Cuckoo Song (2014), a fast paced fantasy set in a parallel 1923 in which antagonistic sisters have to enter the dangerous realm of the Underbelly to rescue family members, was shortlisted for the 2015 CILIP Carnegie Medal.

At the 2015 Costa Book of the Year Awards she won the children’s book of the year award as well the overall prize for her novel The Lie Tree. Ingeniously infusing a Victorian era crime murder mystery with fantasy elements, its teenage heroine Faith finds herself also grappling with the Darwinian struggle between science and religion. A Skinful of Shadows was published in 2017.

Frances Hardinge lived for some years in Oxford and now resides in West London. Her books are published in many languages around the world.

Critical perspective

After she had won the 2015 Costa Book of the Year Award for The Lie Tree, an interviewer remarked to Frances Hardinge that not only was it the first children’s book to win the prestigious award since Philip Pullman’s The Amber Spyglass in 2001 but both books showed ‘a willingness to tackle complex moral issues and make them accessible to children’. Hardinge replied that ‘first and foremost, I tell stories’, however, she continued, ‘I tend to assume that young readers can understand quite a lot, so… some of my stories have included things that are actually quite dark’. She admitted also, ‘my books tend to be a bit of an odd mix’ and ‘I can’t quite control the impulse to fiddle and make things more odd’.

In The Lie Tree, these dark things include the death by presumed suicide of its teenage heroine Faith’s father, the Reverend Erasmus Sunderly. As the book is set in the Victorian 1860s, this carries the threat of her family’s destitution if such a verdict is reached by the local coroner. There’s the threatened unravelling of the deceased’s reputation as a distinguished figure of archaeology in the age of Darwin, risking a daughter’s loss of faith in him as a father, as well as in religion. Other dark practices feature too, notably the morbid fashion for taking post-mortem photographs, especially of children (Faith has lost five brothers, so is highly protective of young Howard) and her unwise attendance at the rural blood sport ‘ratting’ - setting terriers against sacks of rats. Most darkly gothic of all is the mysterious Lie Tree itself, growing at an alarming rate on a diet of damp darkness and whispered lies, yielding hallucinogenic fruits that may – or may not – reveal hidden truths. An engrossing mix of fantasy and pyschological plausibility, the novel performs such an act of imaginative persuasion that supernatural phenomena are readily acceptable by readers. The fabulous is beautifully balanced by scenes of all-too-human actions, some mean-spirited or amusing, as when a dismissed servant turns the locals against Faith’s family - and is in turn terrified by apparently ghostly activity.

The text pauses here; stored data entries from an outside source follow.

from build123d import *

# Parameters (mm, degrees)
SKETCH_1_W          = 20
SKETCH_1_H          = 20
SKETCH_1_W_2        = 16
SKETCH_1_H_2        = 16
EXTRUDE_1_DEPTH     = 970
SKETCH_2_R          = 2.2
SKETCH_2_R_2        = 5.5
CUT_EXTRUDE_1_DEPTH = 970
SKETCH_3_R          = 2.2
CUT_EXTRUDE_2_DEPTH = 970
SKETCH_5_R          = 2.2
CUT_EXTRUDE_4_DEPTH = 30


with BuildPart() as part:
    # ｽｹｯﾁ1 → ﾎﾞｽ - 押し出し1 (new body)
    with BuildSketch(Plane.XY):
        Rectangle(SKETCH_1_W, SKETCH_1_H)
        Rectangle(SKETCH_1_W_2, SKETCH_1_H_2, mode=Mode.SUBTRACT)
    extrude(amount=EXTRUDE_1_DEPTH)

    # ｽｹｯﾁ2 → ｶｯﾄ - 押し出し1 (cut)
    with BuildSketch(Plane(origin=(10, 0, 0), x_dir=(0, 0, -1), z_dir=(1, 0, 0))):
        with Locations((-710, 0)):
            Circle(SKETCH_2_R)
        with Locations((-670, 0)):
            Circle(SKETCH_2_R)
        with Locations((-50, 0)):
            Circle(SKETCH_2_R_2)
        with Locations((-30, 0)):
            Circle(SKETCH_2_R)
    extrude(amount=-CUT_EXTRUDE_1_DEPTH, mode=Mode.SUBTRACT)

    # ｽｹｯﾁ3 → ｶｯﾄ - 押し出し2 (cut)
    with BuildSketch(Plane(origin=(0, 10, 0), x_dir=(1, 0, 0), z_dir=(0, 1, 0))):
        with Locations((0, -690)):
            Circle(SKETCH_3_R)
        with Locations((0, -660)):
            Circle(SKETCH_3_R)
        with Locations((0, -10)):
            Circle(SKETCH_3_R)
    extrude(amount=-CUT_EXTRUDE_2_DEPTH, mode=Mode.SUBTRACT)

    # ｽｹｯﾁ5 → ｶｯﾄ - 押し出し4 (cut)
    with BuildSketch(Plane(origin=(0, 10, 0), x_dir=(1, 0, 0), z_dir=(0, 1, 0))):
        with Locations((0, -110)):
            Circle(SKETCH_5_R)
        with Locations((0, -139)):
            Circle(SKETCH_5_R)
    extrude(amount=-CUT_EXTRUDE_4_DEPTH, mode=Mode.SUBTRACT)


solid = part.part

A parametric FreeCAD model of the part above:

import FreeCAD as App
import Part
import Sketcher
from FreeCAD import Vector
Q = App.Units.Quantity


def add_polygon(sketch, points):
    """Adds a closed chain of lines whose ends are joined by coincident constraints."""
    first, n = sketch.GeometryCount, len(points)
    for a, b in zip(points, points[1:] + points[:1]):
        sketch.addGeometry(Part.LineSegment(App.Vector(*a, 0), App.Vector(*b, 0)), False)
    for i in range(n):
        sketch.addConstraint(Sketcher.Constraint("Coincident", first + i, 2, first + (i + 1) % n, 1))

doc = App.newDocument("Part")
params = doc.addObject("Spreadsheet::Sheet", "Params")
for row, (alias, value) in enumerate([
    ("sketch1_width", "20 mm"),
    ("sketch1_width2", "16 mm"),
    ("pad1_length", "970 mm"),
    ("sketch2_diameter", "11 mm"),
    ("sketch2_diameter2", "4.4 mm"),
    ("pocket1_length", "970 mm"),
    ("sketch3_diameter", "4.4 mm"),
    ("pocket2_length", "970 mm"),
    ("sketch4_diameter", "4.4 mm"),
    ("pocket3_length", "30 mm"),
], start=1):
    params.set(f"A{row}", alias)
    params.set(f"B{row}", "=" + value)
    params.setAlias(f"B{row}", alias)

body = doc.addObject("PartDesign::Body", "Body")

sketch1 = body.newObject("Sketcher::SketchObject", "Sketch")
sketch1.AttachmentSupport = (doc.getObject("XY_Plane"), [""])
sketch1.MapMode = "FlatFace"
add_polygon(sketch1, [(-10, 10), (-10, -10), (10, -10), (10, 10)])
add_polygon(sketch1, [(8, -8), (-8, -8), (-8, 8), (8, 8)])
sketch1.addConstraint([
    Sketcher.Constraint("Vertical", 0),
    Sketcher.Constraint("Horizontal", 1),
    Sketcher.Constraint("Vertical", 2),
    Sketcher.Constraint("Horizontal", 3),
    Sketcher.Constraint("Horizontal", 4),
    Sketcher.Constraint("Vertical", 5),
    Sketcher.Constraint("Horizontal", 6),
    Sketcher.Constraint("Vertical", 7),
    Sketcher.Constraint("Symmetric", 0, 2, 2, 2, -1, 1),
    Sketcher.Constraint("Symmetric", 4, 2, 6, 2, -1, 1),
    Sketcher.Constraint("Equal", 3, 0),
    Sketcher.Constraint("Equal", 6, 5),
    Sketcher.Constraint("DistanceX", 1, 1, 1, 2, Q("20 mm")),
    Sketcher.Constraint("DistanceX", 4, 2, 4, 1, Q("16 mm")),
])
sketch1.setExpression("Constraints[20]", "Params.sketch1_width")
sketch1.setExpression("Constraints[21]", "Params.sketch1_width2")
pad1 = body.newObject("PartDesign::Pad", "Pad")
pad1.Profile = sketch1
pad1.setExpression("Length", "Params.pad1_length")

sketch2 = body.newObject("Sketcher::SketchObject", "Sketch001")
sketch2.AttachmentSupport = (doc.getObject("YZ_Plane"), [""])
sketch2.MapMode = "FlatFace"
sketch2.AttachmentOffset = App.Placement(Vector(0, 0, 10), App.Rotation())
sketch2.addGeometry([
    Part.Circle(Vector(0, 710, 0), Vector(0, 0, 1), 2.2),
    Part.Circle(Vector(0, 670, 0), Vector(0, 0, 1), 2.2),
    Part.Circle(Vector(0, 50, 0), Vector(0, 0, 1), 5.5),
    Part.Circle(Vector(0, 30, 0), Vector(0, 0, 1), 2.2),
], False)
sketch2.addConstraint([
    Sketcher.Constraint("Equal", 0, 1),
    Sketcher.Constraint("Equal", 1, 3),
    Sketcher.Constraint("PointOnObject", 0, 3, -2),
    Sketcher.Constraint("PointOnObject", 1, 3, -2),
    Sketcher.Constraint("PointOnObject", 2, 3, -2),
    Sketcher.Constraint("PointOnObject", 3, 3, -2),
    Sketcher.Constraint("Diameter", 2, Q("11 mm")),
    Sketcher.Constraint("Diameter", 0, Q("4.4 mm")),
    Sketcher.Constraint("DistanceY", -1, 1, 0, 3, Q("710 mm")),
    Sketcher.Constraint("DistanceY", -1, 1, 1, 3, Q("670 mm")),
    Sketcher.Constraint("DistanceY", -1, 1, 2, 3, Q("50 mm")),
    Sketcher.Constraint("DistanceY", -1, 1, 3, 3, Q("30 mm")),
])
sketch2.setExpression("Constraints[6]", "Params.sketch2_diameter")
sketch2.setExpression("Constraints[7]", "Params.sketch2_diameter2")
pocket1 = body.newObject("PartDesign::Pocket", "Pocket")
pocket1.Profile = sketch2
pocket1.setExpression("Length", "Params.pocket1_length")

sketch3 = body.newObject("Sketcher::SketchObject", "Sketch002")
sketch3.AttachmentSupport = (doc.getObject("XZ_Plane"), [""])
sketch3.MapMode = "FlatFace"
sketch3.AttachmentOffset = App.Placement(Vector(0, 0, -10), App.Rotation())
sketch3.addGeometry([
    Part.Circle(Vector(0, 690, 0), Vector(0, 0, 1), 2.2),
    Part.Circle(Vector(0, 660, 0), Vector(0, 0, 1), 2.2),
    Part.Circle(Vector(0, 10, 0), Vector(0, 0, 1), 2.2),
], False)
sketch3.addConstraint([
    Sketcher.Constraint("Equal", 0, 1),
    Sketcher.Constraint("Equal", 1, 2),
    Sketcher.Constraint("PointOnObject", 0, 3, -2),
    Sketcher.Constraint("PointOnObject", 1, 3, -2),
    Sketcher.Constraint("PointOnObject", 2, 3, -2),
    Sketcher.Constraint("Diameter", 0, Q("4.4 mm")),
    Sketcher.Constraint("DistanceY", -1, 1, 0, 3, Q("690 mm")),
    Sketcher.Constraint("DistanceY", -1, 1, 1, 3, Q("660 mm")),
    Sketcher.Constraint("DistanceY", -1, 1, 2, 3, Q("10 mm")),
])
sketch3.setExpression("Constraints[5]", "Params.sketch3_diameter")
pocket2 = body.newObject("PartDesign::Pocket", "Pocket001")
pocket2.Profile = sketch3
pocket2.setExpression("Length", "Params.pocket2_length")
pocket2.Reversed = True

sketch4 = body.newObject("Sketcher::SketchObject", "Sketch003")
sketch4.AttachmentSupport = (doc.getObject("XZ_Plane"), [""])
sketch4.MapMode = "FlatFace"
sketch4.AttachmentOffset = App.Placement(Vector(0, 0, -10), App.Rotation())
sketch4.addGeometry([
    Part.Circle(Vector(0, 110, 0), Vector(0, 0, 1), 2.2),
    Part.Circle(Vector(0, 139, 0), Vector(0, 0, 1), 2.2),
], False)
sketch4.addConstraint([
    Sketcher.Constraint("Equal", 0, 1),
    Sketcher.Constraint("PointOnObject", 0, 3, -2),
    Sketcher.Constraint("PointOnObject", 1, 3, -2),
    Sketcher.Constraint("Diameter", 0, Q("4.4 mm")),
    Sketcher.Constraint("DistanceY", -1, 1, 0, 3, Q("110 mm")),
    Sketcher.Constraint("DistanceY", -1, 1, 1, 3, Q("139 mm")),
])
sketch4.setExpression("Constraints[3]", "Params.sketch4_diameter")
pocket3 = body.newObject("PartDesign::Pocket", "Pocket002")
pocket3.Profile = sketch4
pocket3.setExpression("Length", "Params.pocket3_length")
pocket3.Reversed = True

doc.recompute()
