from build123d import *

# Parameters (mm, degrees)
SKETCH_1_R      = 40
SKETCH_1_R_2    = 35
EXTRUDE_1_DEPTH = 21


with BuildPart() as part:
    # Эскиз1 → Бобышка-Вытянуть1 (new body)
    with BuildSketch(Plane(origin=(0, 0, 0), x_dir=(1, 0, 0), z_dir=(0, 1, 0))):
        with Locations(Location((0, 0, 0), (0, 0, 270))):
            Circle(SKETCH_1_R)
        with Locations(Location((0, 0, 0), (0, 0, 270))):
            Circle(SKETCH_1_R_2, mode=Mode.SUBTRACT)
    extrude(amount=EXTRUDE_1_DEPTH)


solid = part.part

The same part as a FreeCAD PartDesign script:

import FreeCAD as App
import Part
import Sketcher
from FreeCAD import Vector

doc = App.newDocument("Part")
body = doc.addObject("PartDesign::Body", "Body")

# Sketch on XZ plane
sketch1 = body.newObject("Sketcher::SketchObject", "Sketch")
sketch1.AttachmentSupport = (doc.getObject("XZ_Plane"), [""])
sketch1.MapMode = "FlatFace"
sketch1.addGeometry([
    Part.Circle(Vector(0, 0, 0), Vector(0, 0, 1), 40),
    Part.Circle(Vector(0, 0, 0), Vector(0, 0, 1), 35),
], False)
sketch1.addConstraint([
    Sketcher.Constraint("Coincident", 0, 3, -1, 1),
    Sketcher.Constraint("Coincident", 1, 3, -1, 1),
    Sketcher.Constraint("Diameter", 0, 80.0),
    Sketcher.Constraint("Diameter", 1, 70.0),
])
pad1 = body.newObject("PartDesign::Pad", "Pad")
pad1.Profile = sketch1
pad1.Length = 21
pad1.Reversed = True

doc.recompute()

Hardinge has characterized her writing as emerging out of a bookish childhood, her favourites being Victorian novelists from Wilkie Collins to Lewis Carroll, as well as Kipling’s Just So Stories, Richard Adams’ Watership Down; and even the intricately plotted murder mystery films of Alfred Hitchcock. She also loved the zany humour in Douglas Adams, the fantastic conceptions in Terry Pratchett. These diverse influences seem to account for the ways that Hardinge’s fictions typically combine genres, notably fantasy with the historical novel. There is an entertainingly ‘odd mix’: comically convoluted plots, weirdly-named characters, fantastic alternative realms, madcap chases and reversals of fortune, dialogue full of puns, amusing asides and extravagant oaths. Set alongside these comic devices, however, are serious dilemmas for teenage characters (usually young girls) regarding family, their future lives and bodies. Faith, for example, resents that ‘girls were not supposed to be hungry… and their minds were supposed to be satisfied with a slim diet too’.   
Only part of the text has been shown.